Work to be completed - Look through the material below. Return exactly the lines from the one with "f 226 227 116" through the one with "f 196 131 135", both included.

::::::::::

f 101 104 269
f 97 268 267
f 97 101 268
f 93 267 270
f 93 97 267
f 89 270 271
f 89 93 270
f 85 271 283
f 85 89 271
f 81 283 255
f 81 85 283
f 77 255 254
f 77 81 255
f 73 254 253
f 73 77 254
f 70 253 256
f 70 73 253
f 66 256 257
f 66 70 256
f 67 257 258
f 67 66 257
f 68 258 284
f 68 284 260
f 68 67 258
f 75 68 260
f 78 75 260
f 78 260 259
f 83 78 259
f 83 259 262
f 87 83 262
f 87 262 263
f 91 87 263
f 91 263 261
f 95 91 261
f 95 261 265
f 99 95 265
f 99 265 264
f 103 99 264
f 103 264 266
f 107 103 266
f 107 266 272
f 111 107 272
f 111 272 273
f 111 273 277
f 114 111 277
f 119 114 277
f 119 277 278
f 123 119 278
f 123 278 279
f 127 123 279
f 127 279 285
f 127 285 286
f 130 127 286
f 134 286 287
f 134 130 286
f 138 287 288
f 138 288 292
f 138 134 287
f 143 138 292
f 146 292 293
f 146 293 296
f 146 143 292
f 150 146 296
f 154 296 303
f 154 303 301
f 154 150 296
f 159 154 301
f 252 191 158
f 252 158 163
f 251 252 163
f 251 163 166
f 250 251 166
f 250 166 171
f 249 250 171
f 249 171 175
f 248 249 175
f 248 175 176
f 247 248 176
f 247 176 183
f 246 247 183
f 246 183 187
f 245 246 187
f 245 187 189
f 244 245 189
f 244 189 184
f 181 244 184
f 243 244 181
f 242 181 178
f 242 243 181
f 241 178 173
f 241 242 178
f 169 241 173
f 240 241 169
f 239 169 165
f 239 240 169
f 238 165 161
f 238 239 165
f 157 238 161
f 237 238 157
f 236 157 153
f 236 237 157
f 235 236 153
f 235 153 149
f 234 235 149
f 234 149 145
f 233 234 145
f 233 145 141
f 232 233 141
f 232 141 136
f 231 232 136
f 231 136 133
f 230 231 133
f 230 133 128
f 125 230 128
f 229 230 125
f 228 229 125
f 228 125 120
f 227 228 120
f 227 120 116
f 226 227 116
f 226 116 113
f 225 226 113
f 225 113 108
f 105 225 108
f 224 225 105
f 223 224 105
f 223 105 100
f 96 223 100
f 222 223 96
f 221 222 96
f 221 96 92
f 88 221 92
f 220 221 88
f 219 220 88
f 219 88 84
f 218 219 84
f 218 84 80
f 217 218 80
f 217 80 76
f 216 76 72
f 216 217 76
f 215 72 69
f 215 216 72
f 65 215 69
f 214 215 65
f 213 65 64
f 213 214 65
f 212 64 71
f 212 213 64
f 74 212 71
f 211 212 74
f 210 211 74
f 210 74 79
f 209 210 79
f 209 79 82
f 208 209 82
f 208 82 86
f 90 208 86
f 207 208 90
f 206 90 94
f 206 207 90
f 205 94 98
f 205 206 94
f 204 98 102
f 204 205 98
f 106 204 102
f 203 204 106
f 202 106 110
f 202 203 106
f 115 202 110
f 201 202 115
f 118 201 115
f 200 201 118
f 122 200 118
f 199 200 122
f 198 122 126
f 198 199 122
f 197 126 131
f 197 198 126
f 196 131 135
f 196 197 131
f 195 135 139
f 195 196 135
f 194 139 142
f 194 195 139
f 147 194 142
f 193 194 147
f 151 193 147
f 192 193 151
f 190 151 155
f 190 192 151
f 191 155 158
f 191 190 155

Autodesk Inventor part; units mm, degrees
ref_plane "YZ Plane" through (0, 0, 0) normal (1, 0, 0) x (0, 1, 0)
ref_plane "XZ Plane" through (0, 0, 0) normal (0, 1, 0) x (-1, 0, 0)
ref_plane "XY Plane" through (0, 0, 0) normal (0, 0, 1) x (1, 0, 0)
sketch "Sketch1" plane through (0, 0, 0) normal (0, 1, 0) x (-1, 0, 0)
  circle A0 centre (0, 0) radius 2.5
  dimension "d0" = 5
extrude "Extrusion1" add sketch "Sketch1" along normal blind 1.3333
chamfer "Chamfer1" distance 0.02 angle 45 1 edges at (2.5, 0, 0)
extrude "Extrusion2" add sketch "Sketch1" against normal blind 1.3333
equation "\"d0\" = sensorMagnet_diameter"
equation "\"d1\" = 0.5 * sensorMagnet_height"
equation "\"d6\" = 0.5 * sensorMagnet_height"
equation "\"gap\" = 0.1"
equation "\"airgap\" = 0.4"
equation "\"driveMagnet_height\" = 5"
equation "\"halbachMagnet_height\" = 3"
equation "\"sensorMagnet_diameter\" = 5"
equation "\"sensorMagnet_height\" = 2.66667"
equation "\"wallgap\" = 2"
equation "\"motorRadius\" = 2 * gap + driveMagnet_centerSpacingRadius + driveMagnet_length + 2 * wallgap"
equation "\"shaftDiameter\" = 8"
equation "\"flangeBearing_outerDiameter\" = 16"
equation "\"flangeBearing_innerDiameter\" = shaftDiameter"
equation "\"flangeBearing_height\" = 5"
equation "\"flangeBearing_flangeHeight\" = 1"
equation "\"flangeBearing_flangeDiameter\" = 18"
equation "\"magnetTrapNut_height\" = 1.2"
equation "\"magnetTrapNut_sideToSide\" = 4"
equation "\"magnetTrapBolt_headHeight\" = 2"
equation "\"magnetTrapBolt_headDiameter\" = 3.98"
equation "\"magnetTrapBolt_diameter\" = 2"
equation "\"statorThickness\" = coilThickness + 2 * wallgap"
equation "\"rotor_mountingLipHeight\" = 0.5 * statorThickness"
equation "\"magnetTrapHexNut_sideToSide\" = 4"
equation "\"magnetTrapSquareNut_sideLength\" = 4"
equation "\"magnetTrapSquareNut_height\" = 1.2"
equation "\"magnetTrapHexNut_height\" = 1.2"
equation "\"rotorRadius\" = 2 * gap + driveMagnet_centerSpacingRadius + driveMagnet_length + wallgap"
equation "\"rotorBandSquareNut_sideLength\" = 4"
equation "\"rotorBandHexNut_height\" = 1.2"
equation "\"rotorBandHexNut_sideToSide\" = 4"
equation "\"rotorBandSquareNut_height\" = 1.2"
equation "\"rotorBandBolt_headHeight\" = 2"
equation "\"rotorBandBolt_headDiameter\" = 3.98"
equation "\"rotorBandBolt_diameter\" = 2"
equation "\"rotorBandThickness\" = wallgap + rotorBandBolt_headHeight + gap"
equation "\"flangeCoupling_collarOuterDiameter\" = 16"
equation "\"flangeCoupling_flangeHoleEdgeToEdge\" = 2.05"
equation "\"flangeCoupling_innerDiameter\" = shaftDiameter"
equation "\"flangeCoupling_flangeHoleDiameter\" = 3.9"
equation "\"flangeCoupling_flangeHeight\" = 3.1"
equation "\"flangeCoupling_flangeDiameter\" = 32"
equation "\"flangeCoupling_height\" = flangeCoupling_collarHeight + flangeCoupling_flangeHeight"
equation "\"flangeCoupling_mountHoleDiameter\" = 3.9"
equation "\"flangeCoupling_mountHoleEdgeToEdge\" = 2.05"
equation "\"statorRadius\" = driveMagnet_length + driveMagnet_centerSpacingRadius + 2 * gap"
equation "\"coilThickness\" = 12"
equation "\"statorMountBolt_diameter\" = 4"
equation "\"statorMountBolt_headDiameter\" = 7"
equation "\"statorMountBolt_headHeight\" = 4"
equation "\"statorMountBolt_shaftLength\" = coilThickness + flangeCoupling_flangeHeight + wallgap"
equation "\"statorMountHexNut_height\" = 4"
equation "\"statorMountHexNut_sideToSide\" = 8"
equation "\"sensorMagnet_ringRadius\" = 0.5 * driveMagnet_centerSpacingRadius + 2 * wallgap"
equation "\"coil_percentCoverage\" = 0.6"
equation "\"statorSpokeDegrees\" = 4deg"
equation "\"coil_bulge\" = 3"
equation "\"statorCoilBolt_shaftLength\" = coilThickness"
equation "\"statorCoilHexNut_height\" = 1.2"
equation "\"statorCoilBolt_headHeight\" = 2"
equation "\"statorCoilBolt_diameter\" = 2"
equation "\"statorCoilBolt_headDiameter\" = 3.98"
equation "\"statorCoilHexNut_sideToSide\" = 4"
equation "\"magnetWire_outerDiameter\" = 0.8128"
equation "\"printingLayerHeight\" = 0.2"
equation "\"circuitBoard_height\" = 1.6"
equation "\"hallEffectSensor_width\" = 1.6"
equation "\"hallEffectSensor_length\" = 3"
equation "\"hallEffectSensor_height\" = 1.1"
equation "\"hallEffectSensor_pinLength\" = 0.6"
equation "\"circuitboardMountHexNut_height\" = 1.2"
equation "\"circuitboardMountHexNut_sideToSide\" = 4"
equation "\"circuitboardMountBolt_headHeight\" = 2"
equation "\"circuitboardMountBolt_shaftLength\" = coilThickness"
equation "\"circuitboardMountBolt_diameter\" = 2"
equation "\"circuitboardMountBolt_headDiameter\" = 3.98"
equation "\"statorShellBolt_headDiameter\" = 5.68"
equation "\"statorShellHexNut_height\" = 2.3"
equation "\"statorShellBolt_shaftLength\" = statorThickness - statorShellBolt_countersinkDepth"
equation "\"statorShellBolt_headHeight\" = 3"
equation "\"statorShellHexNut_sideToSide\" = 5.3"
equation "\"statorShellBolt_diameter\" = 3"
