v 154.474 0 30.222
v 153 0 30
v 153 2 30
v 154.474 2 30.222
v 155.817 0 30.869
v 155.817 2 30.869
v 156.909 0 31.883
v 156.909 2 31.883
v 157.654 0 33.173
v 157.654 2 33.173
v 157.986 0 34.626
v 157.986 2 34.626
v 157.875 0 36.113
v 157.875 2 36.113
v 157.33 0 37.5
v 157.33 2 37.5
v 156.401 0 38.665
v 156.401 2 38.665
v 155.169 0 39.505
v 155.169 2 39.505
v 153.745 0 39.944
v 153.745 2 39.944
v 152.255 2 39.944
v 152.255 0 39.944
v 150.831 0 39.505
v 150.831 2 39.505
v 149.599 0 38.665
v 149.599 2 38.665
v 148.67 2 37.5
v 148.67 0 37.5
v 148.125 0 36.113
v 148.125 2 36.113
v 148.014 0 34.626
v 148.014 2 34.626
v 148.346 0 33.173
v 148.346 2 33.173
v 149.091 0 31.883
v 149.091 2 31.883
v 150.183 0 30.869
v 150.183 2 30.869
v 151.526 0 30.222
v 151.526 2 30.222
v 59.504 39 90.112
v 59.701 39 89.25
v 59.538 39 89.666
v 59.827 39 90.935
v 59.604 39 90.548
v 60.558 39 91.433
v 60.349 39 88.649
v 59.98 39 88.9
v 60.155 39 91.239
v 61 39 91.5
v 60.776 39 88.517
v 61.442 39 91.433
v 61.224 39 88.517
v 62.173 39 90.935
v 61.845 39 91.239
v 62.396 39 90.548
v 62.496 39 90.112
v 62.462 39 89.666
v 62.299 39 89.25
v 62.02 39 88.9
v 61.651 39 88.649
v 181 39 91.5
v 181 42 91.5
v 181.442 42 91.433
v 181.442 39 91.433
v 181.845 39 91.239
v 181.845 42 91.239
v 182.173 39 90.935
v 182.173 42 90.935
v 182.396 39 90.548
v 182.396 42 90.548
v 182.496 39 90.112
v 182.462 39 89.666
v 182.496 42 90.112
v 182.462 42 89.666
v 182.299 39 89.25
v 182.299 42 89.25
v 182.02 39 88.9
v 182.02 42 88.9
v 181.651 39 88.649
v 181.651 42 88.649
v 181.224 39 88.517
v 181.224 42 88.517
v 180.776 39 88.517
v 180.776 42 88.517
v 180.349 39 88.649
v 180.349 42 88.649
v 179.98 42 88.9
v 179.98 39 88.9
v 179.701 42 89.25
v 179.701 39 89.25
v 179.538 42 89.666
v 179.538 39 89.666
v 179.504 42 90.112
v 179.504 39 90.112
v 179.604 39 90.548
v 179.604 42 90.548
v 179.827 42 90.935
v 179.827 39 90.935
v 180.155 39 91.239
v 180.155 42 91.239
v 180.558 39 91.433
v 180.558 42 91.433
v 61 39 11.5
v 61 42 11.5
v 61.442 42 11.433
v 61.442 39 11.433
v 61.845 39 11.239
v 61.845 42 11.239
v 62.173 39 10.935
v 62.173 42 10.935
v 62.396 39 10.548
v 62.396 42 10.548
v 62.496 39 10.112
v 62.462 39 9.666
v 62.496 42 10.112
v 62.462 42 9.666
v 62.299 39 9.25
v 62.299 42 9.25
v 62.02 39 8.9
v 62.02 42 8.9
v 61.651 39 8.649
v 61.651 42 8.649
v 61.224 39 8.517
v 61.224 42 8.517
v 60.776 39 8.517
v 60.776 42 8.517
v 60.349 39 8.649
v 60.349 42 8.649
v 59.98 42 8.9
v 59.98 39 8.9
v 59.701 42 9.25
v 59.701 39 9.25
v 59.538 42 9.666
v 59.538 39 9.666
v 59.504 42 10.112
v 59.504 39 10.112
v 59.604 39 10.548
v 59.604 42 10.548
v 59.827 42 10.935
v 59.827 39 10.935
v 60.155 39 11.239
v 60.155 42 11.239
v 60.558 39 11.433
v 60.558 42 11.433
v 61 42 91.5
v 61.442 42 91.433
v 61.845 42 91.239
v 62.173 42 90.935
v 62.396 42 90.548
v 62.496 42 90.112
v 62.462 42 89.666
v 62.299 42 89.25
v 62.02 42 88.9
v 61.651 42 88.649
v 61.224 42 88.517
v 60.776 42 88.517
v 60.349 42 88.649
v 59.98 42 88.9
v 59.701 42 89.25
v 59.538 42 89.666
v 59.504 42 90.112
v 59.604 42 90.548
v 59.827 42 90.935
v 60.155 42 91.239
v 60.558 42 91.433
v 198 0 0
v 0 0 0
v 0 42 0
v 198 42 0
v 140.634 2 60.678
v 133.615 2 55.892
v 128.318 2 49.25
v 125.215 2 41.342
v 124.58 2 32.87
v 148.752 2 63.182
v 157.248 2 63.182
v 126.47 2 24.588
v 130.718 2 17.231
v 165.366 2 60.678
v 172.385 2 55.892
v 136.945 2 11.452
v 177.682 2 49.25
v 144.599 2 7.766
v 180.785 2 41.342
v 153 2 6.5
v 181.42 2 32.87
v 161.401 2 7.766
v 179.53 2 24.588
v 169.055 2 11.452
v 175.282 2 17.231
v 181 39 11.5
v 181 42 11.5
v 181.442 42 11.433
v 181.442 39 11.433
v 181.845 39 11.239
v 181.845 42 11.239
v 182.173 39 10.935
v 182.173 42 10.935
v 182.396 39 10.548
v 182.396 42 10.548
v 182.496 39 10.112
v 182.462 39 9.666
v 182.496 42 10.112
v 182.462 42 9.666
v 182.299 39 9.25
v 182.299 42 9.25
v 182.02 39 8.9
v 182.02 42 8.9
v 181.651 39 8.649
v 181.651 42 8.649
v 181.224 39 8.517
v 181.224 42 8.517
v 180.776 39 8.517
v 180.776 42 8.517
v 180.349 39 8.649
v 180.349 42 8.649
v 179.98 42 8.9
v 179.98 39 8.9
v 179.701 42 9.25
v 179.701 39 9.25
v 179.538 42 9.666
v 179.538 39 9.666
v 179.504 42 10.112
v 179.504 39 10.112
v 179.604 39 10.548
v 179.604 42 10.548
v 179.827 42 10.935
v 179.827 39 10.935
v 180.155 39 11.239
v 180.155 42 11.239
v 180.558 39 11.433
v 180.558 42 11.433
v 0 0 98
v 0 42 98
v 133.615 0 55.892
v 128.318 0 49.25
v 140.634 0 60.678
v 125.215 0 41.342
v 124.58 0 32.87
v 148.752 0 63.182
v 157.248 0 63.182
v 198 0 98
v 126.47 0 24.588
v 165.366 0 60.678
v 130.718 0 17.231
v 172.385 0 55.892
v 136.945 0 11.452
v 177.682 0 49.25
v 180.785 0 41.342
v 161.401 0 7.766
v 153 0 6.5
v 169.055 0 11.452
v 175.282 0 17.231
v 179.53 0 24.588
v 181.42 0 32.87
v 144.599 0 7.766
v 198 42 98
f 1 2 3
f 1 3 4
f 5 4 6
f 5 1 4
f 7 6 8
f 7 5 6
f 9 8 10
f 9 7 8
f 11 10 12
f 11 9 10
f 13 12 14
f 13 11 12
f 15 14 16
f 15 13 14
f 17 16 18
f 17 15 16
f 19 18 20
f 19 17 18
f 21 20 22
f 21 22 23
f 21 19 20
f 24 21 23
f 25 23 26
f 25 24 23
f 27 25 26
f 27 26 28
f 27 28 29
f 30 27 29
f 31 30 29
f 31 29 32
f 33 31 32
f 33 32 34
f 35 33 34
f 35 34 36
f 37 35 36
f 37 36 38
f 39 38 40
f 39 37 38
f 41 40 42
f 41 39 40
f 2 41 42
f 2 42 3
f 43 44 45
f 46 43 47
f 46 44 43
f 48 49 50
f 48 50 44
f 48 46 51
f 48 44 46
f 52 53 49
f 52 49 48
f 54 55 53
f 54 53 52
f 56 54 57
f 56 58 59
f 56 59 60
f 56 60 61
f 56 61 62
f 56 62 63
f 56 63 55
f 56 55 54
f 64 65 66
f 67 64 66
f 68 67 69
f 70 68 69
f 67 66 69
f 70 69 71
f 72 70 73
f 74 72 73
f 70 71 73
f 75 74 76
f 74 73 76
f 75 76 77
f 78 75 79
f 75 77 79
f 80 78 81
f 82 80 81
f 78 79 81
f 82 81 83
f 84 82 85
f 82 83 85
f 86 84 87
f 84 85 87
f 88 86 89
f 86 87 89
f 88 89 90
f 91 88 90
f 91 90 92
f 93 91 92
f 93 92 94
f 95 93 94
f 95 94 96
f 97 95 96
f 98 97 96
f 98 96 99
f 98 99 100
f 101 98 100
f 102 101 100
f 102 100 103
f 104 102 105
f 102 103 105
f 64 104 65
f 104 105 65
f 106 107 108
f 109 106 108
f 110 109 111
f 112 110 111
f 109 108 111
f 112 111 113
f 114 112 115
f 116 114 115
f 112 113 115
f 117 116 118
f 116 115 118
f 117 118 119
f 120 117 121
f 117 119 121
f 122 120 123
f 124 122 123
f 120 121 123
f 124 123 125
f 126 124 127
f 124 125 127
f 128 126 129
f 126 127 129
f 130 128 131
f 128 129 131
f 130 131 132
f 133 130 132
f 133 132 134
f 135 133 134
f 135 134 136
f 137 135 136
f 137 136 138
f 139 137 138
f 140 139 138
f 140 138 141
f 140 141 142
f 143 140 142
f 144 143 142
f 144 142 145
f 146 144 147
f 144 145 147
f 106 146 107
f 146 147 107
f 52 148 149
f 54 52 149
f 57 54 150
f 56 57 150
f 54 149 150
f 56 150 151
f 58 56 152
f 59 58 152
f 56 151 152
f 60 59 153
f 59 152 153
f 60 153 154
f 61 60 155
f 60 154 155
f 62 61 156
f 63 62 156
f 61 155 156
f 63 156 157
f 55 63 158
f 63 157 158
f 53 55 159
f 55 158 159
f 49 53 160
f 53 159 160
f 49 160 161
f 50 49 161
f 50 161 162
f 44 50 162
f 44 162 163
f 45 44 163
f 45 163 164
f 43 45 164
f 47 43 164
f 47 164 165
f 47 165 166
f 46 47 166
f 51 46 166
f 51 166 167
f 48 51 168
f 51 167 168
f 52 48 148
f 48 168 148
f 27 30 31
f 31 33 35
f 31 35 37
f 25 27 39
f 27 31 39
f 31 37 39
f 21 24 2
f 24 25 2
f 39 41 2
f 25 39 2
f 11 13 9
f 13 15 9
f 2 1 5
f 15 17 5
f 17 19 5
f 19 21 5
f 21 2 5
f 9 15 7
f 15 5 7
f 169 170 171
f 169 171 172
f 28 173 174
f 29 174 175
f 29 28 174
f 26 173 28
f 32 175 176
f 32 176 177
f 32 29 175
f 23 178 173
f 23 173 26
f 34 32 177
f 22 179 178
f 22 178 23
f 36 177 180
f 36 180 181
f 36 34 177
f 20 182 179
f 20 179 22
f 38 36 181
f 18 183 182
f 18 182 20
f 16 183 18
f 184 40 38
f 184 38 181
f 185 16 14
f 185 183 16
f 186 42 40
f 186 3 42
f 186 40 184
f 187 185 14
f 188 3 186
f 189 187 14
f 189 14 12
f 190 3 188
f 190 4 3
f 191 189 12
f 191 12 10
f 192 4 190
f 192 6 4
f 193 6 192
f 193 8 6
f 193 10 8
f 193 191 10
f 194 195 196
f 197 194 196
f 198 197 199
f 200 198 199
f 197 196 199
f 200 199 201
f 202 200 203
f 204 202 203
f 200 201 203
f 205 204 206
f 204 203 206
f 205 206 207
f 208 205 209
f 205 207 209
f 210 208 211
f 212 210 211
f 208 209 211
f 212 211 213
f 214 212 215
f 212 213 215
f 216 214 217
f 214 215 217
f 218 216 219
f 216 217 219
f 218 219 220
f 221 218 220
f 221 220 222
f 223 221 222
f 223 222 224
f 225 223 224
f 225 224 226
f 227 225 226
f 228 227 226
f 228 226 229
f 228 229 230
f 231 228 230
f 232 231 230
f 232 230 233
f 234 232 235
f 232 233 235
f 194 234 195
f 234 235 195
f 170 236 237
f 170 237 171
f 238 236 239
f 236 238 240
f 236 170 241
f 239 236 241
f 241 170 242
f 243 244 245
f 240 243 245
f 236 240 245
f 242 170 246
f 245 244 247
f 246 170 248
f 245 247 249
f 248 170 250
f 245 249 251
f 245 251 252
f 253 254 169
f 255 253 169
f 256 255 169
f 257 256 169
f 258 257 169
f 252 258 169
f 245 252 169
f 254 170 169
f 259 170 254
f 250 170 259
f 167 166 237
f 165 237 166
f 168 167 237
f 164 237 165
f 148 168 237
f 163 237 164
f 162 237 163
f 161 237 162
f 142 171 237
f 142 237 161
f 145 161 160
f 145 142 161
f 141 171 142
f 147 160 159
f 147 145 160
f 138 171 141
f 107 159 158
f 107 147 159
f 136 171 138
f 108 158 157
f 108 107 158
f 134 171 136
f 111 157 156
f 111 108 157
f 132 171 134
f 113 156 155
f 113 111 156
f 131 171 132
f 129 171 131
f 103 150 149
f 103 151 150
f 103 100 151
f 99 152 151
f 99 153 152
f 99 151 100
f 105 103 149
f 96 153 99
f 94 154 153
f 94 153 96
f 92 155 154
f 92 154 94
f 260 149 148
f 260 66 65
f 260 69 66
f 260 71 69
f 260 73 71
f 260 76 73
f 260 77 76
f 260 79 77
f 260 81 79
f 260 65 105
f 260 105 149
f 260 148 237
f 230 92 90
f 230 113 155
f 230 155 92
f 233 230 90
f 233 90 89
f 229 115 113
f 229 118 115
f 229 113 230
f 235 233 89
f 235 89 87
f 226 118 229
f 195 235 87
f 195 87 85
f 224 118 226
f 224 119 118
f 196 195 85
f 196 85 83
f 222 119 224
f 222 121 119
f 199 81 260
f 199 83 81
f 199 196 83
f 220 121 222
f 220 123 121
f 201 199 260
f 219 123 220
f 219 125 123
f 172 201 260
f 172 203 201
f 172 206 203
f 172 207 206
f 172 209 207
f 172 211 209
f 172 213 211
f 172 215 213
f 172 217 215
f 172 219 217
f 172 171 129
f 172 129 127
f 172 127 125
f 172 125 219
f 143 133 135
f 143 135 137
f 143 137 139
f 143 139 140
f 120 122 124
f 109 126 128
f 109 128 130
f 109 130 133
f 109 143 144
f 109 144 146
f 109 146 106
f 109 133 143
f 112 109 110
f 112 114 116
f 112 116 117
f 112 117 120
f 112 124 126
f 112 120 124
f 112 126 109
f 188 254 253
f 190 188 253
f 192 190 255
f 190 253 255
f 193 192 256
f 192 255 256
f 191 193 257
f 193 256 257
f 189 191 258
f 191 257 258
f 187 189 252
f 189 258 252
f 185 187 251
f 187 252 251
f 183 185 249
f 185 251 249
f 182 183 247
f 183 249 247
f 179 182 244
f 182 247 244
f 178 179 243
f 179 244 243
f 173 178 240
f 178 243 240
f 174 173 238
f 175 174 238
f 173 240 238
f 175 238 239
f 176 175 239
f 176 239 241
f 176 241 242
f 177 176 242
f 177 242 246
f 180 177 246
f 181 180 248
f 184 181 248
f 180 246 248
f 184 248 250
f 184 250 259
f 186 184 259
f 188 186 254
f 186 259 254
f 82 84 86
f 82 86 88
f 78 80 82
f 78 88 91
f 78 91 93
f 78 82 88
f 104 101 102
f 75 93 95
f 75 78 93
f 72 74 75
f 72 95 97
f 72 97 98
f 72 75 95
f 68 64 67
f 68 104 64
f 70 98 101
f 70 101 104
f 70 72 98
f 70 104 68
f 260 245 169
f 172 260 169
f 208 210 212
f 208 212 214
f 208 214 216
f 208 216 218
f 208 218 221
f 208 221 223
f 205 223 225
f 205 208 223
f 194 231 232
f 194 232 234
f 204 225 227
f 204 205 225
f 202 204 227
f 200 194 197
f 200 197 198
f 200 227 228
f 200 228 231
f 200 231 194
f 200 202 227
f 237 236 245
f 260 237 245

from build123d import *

# Parameters (mm, degrees)
SKETCH_1_W          = 198
SKETCH_1_H          = 98
EXTRUDE_1_DEPTH     = 42
SKETCH_2_R          = 1.5
CUT_EXTRUDE_1_DEPTH = 3
SKETCH_3_R          = 28.5
SKETCH_3_R_2        = 5
CUT_EXTRUDE_2_DEPTH = 2


with BuildPart() as part:
    # 草图1 → 凸台-拉伸1 (new body)
    with BuildSketch(Plane(origin=(0, 0, 0), x_dir=(1, 0, 0), z_dir=(0, 1, 0))):
        with Locations((99, -49)):
            Rectangle(SKETCH_1_W, SKETCH_1_H)
    extrude(amount=EXTRUDE_1_DEPTH)

    # 草图2 → 切除-拉伸1 (cut)
    with BuildSketch(Plane(origin=(0, 42, 0), x_dir=(1, 0, 0), z_dir=(0, 1, 0))):
        with Locations(Location((61, -10, 0), (0, 0, 270))):
            Circle(SKETCH_2_R)
        with Locations(Location((181, -10, 0), (0, 0, 270))):
            Circle(SKETCH_2_R)
        with Locations(Location((181, -90, 0), (0, 0, 270))):
            Circle(SKETCH_2_R)
        with Locations(Location((61, -90, 0), (0, 0, 270))):
            Circle(SKETCH_2_R)
    extrude(amount=-CUT_EXTRUDE_1_DEPTH, mode=Mode.SUBTRACT)

    # 草图3 → 切除-拉伸2 (cut)
    with BuildSketch(Plane.XZ):
        with Locations(Location((153, 35, 0), (0, 0, 270))):
            Circle(SKETCH_3_R)
        with Locations(Location((153, 35, 0), (0, 0, 270))):
            Circle(SKETCH_3_R_2, mode=Mode.SUBTRACT)
    extrude(amount=-CUT_EXTRUDE_2_DEPTH, mode=Mode.SUBTRACT)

::::::::::

Written solution -
f 226 227 116
f 226 116 113
f 225 226 113
f 225 113 108
f 105 225 108
f 224 225 105
f 223 224 105
f 223 105 100
f 96 223 100
f 222 223 96
f 221 222 96
f 221 96 92
f 88 221 92
f 220 221 88
f 219 220 88
f 219 88 84
f 218 219 84
f 218 84 80
f 217 218 80
f 217 80 76
f 216 76 72
f 216 217 76
f 215 72 69
f 215 216 72
f 65 215 69
f 214 215 65
f 213 65 64
f 213 214 65
f 212 64 71
f 212 213 64
f 74 212 71
f 211 212 74
f 210 211 74
f 210 74 79
f 209 210 79
f 209 79 82
f 208 209 82
f 208 82 86
f 90 208 86
f 207 208 90
f 206 90 94
f 206 207 90
f 205 94 98
f 205 206 94
f 204 98 102
f 204 205 98
f 106 204 102
f 203 204 106
f 202 106 110
f 202 203 106
f 115 202 110
f 201 202 115
f 118 201 115
f 200 201 118
f 122 200 118
f 199 200 122
f 198 122 126
f 198 199 122
f 197 126 131
f 197 198 126
f 196 131 135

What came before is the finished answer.